No entanto, os editores têm um desafio diferente a enfrentar. Como a figura histórica mais conhecida de Cuba até a ascensão de Fidel Castro, e certamente a mais amplamente respeitada (e até mesmo santificada), o status de Martí como "herói nacional" de Cuba já estava bem estabelecido antes de 1959.
Ele escreveu prolificamente em diversas áreas, com suas Obras Completas preenchendo vinte e seis volumes. Um dos principais poetas modernistas do mundo de língua espanhola, ele também foi um jornalista e cronista eloquente, um escritor de cartas prodigioso e até mesmo um diplomata para três países latino-americanos.
Para os cubanos, no entanto, ele foi simplesmente a pessoa que, desde os dezoito anos, conspirou para trazer a independência de Cuba da Espanha, passando grande parte de sua vida no exterior fazendo campanha por esse objetivo e planejando o que se tornaria a terceira e última rebelião de Cuba contra a Espanha em 1895. Isso ficou conhecido como a Guerra da Independência, para distingui-la das rebeliões anteriores de 1868-78 e 1879-80.
Um líder perdido
No entanto, o próprio Martí foi morto em 1895 durante uma das primeiras ações da rebelião, deixando os rebeldes sem seu principal organizador e seu líder político mais habilidoso e popular. O resto, como dizem, é história: uma intervenção militar unilateral dos EUA se apropriou da luta pela independência cubana em 1898, transformando-a na "Guerra Hispano-Americana" (os cubanos não são mencionados).

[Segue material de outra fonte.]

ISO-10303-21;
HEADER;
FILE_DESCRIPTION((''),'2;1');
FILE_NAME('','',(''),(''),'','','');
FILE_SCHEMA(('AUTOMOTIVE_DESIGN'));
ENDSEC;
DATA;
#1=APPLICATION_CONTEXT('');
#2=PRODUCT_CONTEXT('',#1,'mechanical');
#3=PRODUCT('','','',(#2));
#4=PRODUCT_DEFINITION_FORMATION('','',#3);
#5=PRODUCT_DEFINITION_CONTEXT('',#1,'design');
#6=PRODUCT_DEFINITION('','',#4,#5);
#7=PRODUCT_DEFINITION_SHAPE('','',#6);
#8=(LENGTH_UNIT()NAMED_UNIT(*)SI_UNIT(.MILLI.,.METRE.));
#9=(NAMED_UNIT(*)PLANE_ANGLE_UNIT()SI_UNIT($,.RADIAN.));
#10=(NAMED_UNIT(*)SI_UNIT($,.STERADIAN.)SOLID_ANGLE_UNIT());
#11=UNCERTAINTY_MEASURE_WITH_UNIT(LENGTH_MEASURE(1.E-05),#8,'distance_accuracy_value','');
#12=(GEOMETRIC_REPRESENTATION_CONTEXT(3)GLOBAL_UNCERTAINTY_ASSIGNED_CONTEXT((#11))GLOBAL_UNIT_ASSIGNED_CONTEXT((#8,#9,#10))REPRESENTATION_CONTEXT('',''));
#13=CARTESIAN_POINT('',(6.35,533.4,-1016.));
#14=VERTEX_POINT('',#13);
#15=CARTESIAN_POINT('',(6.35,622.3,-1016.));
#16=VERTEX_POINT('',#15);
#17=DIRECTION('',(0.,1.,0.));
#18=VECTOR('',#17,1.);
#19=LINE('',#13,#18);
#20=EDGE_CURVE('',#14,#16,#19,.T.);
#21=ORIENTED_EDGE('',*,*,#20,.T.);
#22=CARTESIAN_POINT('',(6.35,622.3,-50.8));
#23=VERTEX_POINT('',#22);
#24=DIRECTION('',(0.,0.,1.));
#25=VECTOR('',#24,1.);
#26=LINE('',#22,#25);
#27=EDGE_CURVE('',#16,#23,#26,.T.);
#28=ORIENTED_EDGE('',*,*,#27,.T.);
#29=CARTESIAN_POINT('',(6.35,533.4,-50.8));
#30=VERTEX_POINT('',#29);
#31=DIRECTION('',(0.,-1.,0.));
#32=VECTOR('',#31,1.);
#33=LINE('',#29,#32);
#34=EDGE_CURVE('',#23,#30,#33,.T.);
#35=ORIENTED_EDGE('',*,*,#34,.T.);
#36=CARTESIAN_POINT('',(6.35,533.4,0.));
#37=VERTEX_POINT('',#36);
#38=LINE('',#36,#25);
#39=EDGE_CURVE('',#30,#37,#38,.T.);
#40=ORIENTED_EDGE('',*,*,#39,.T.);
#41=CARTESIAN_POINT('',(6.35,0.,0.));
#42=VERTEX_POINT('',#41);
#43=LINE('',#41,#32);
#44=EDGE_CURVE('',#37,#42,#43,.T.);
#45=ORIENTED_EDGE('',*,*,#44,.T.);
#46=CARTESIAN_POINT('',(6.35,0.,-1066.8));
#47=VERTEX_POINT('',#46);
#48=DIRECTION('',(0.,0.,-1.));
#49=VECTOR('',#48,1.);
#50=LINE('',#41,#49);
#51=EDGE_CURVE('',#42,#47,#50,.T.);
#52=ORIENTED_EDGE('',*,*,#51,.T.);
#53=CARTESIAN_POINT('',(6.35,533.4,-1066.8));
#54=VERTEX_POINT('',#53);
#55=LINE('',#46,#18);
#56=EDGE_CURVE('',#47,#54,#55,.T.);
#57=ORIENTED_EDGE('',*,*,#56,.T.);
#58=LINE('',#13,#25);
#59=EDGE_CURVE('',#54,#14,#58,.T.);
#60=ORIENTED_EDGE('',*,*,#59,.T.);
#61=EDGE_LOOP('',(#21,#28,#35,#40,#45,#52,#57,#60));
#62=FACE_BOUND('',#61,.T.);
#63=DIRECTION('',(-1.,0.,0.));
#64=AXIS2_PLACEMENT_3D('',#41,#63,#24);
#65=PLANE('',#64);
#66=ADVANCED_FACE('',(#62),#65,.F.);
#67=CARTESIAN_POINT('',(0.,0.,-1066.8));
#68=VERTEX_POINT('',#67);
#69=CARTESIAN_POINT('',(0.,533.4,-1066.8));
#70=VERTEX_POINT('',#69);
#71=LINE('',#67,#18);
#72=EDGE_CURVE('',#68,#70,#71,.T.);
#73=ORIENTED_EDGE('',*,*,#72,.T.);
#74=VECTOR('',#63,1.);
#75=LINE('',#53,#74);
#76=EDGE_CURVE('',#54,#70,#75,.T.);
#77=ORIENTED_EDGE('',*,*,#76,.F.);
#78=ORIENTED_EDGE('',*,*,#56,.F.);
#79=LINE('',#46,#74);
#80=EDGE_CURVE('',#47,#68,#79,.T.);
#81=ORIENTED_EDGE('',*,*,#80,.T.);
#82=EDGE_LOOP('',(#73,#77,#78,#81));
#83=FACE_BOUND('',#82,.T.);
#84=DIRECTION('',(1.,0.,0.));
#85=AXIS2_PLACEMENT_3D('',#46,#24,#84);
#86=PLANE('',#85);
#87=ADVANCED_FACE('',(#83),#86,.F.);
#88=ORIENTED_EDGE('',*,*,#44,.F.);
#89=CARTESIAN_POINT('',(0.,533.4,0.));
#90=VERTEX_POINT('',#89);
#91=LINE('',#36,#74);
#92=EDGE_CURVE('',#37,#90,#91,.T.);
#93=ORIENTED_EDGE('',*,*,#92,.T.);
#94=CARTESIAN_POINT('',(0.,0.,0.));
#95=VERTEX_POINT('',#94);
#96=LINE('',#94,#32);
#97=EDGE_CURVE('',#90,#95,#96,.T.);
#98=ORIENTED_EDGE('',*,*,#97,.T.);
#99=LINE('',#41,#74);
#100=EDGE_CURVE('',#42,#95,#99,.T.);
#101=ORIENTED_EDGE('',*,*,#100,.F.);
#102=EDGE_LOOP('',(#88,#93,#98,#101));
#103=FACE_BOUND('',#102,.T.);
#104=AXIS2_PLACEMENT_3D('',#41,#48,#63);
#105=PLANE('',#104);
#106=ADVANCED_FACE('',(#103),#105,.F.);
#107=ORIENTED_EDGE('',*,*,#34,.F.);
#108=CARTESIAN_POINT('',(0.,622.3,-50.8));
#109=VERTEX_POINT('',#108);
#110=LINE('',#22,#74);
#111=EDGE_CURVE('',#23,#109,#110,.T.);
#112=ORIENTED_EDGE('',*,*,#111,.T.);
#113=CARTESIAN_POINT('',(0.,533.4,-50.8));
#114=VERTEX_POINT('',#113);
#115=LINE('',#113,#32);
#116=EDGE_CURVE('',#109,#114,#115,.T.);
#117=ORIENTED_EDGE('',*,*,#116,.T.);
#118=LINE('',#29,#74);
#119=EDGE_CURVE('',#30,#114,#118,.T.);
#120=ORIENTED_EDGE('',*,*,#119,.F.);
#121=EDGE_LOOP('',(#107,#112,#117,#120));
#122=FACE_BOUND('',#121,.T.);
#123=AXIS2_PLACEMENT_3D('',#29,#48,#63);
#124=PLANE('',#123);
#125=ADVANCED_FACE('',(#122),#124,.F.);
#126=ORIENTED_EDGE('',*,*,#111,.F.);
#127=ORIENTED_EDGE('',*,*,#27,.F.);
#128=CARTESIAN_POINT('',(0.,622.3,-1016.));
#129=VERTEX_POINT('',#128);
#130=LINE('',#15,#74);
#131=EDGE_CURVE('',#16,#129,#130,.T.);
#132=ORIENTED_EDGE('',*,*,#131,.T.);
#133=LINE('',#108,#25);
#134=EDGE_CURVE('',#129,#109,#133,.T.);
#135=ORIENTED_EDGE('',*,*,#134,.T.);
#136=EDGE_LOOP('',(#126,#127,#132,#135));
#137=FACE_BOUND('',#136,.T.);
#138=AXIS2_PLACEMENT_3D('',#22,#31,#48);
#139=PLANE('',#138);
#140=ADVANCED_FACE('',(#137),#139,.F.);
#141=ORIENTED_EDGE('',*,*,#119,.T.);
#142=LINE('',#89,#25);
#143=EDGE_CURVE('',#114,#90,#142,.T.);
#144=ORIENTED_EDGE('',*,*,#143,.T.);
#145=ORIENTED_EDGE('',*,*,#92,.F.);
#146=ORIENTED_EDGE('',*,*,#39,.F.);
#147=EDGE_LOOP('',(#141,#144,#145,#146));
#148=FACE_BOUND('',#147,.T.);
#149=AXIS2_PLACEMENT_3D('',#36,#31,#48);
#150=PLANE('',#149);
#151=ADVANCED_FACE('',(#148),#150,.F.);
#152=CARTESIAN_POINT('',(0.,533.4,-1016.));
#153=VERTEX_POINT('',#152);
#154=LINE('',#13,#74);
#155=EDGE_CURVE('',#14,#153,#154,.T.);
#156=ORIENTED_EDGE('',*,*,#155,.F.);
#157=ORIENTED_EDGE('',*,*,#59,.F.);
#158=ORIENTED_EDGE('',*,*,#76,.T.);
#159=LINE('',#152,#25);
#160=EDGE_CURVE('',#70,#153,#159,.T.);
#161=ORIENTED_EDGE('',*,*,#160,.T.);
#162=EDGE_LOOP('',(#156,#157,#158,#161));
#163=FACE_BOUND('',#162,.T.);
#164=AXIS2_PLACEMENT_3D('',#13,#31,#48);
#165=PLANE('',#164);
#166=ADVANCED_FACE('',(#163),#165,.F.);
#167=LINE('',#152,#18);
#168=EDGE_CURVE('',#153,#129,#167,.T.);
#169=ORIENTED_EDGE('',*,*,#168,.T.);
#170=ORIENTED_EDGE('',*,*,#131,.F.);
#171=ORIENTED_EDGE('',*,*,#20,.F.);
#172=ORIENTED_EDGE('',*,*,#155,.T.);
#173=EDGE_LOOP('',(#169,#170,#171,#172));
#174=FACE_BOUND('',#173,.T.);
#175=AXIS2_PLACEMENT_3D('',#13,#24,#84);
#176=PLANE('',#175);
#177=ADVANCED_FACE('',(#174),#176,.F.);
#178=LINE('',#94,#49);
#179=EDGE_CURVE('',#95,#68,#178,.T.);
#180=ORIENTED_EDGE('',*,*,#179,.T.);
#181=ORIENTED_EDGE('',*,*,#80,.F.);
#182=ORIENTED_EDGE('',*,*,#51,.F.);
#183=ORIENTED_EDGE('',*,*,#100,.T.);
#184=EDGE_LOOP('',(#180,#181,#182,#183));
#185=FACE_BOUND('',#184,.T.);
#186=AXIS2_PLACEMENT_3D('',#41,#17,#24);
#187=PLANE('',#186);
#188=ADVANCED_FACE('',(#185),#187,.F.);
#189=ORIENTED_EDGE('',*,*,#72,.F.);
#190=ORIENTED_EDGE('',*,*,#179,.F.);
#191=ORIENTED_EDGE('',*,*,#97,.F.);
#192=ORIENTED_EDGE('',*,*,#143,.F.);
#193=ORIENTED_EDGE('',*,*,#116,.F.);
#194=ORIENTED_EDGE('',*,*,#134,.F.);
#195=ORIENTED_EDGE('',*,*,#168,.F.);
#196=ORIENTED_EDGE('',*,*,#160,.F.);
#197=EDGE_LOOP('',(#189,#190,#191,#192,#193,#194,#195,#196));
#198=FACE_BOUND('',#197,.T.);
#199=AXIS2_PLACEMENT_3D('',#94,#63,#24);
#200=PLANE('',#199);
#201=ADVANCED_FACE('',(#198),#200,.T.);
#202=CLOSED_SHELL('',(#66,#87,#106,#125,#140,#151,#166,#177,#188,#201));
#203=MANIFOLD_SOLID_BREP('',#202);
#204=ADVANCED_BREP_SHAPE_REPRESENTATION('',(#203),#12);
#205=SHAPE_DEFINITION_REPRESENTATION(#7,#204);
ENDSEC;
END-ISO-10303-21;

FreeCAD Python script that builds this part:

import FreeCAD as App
import Part
import Sketcher
from FreeCAD import Vector
Q = App.Units.Quantity


def add_polygon(sketch, points):
    """Adds a closed chain of lines whose ends are joined by coincident constraints."""
    first, n = sketch.GeometryCount, len(points)
    for a, b in zip(points, points[1:] + points[:1]):
        sketch.addGeometry(Part.LineSegment(App.Vector(*a, 0), App.Vector(*b, 0)), False)
    for i in range(n):
        sketch.addConstraint(Sketcher.Constraint("Coincident", first + i, 2, first + (i + 1) % n, 1))

doc = App.newDocument("Part")
body = doc.addObject("PartDesign::Body", "Body")

sketch1 = doc.addObject("Sketcher::SketchObject", "Sketch")
body.addObject(sketch1)
sketch1.AttachmentSupport = (doc.YZ_Plane, [""])
sketch1.MapMode = "FlatFace"
add_polygon(sketch1, [(533, -1067), (533, -1016), (622, -1016), (622, -51), (533, -51), (533, 0), (0, 0), (0, -1067)])
sketch1.addConstraint(Sketcher.Constraint("Vertical", 0))
sketch1.addConstraint(Sketcher.Constraint("Horizontal", 1))
sketch1.addConstraint(Sketcher.Constraint("Vertical", 2))
sketch1.addConstraint(Sketcher.Constraint("Horizontal", 3))
sketch1.addConstraint(Sketcher.Constraint("Vertical", 4))
sketch1.addConstraint(Sketcher.Constraint("Horizontal", 5))
sketch1.addConstraint(Sketcher.Constraint("Vertical", 6))
sketch1.addConstraint(Sketcher.Constraint("Horizontal", 7))
sketch1.addConstraint(Sketcher.Constraint("Coincident", 5, 2, -1, 1))
sketch1.addConstraint(Sketcher.Constraint("Vertical", 0, 2, 3, 2))
sketch1.addConstraint(Sketcher.Constraint("Equal", 0, 4))
sketch1.addConstraint(Sketcher.Constraint("DistanceX", 5, 2, 5, 1, Q("21 in")))
sketch1.addConstraint(Sketcher.Constraint("DistanceY", 0, 1, 0, 2, Q("2 in")))
sketch1.addConstraint(Sketcher.Constraint("DistanceY", 2, 1, 2, 2, Q("38 in")))
sketch1.addConstraint(Sketcher.Constraint("DistanceX", 1, 1, 1, 2, Q("3.5 in")))
pad1 = doc.addObject("PartDesign::Pad", "Pad")
body.addObject(pad1)
pad1.Profile = sketch1
pad1.Length = Q("0.25 in")

doc.recompute()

Uma Espanha derrotada então entregou o controle de Cuba aos Estados Unidos.
Após quase quatro anos de ocupação militar direta, Washington concedeu a Cuba uma forma condicional de independência em 1902. A chamada Emenda Platt, incorporada à força à Constituição de 1901, permitiu o controle dos EUA sobre áreas-chave da economia, sociedade e sistema político de Cuba. Simplificando, Cuba tornou-se uma neocolônia americana legal e constitucionalmente estabelecida por pelo menos trinta e dois anos.
O status de Martí como "herói nacional" de Cuba já estava consolidado antes da revolução de 1959.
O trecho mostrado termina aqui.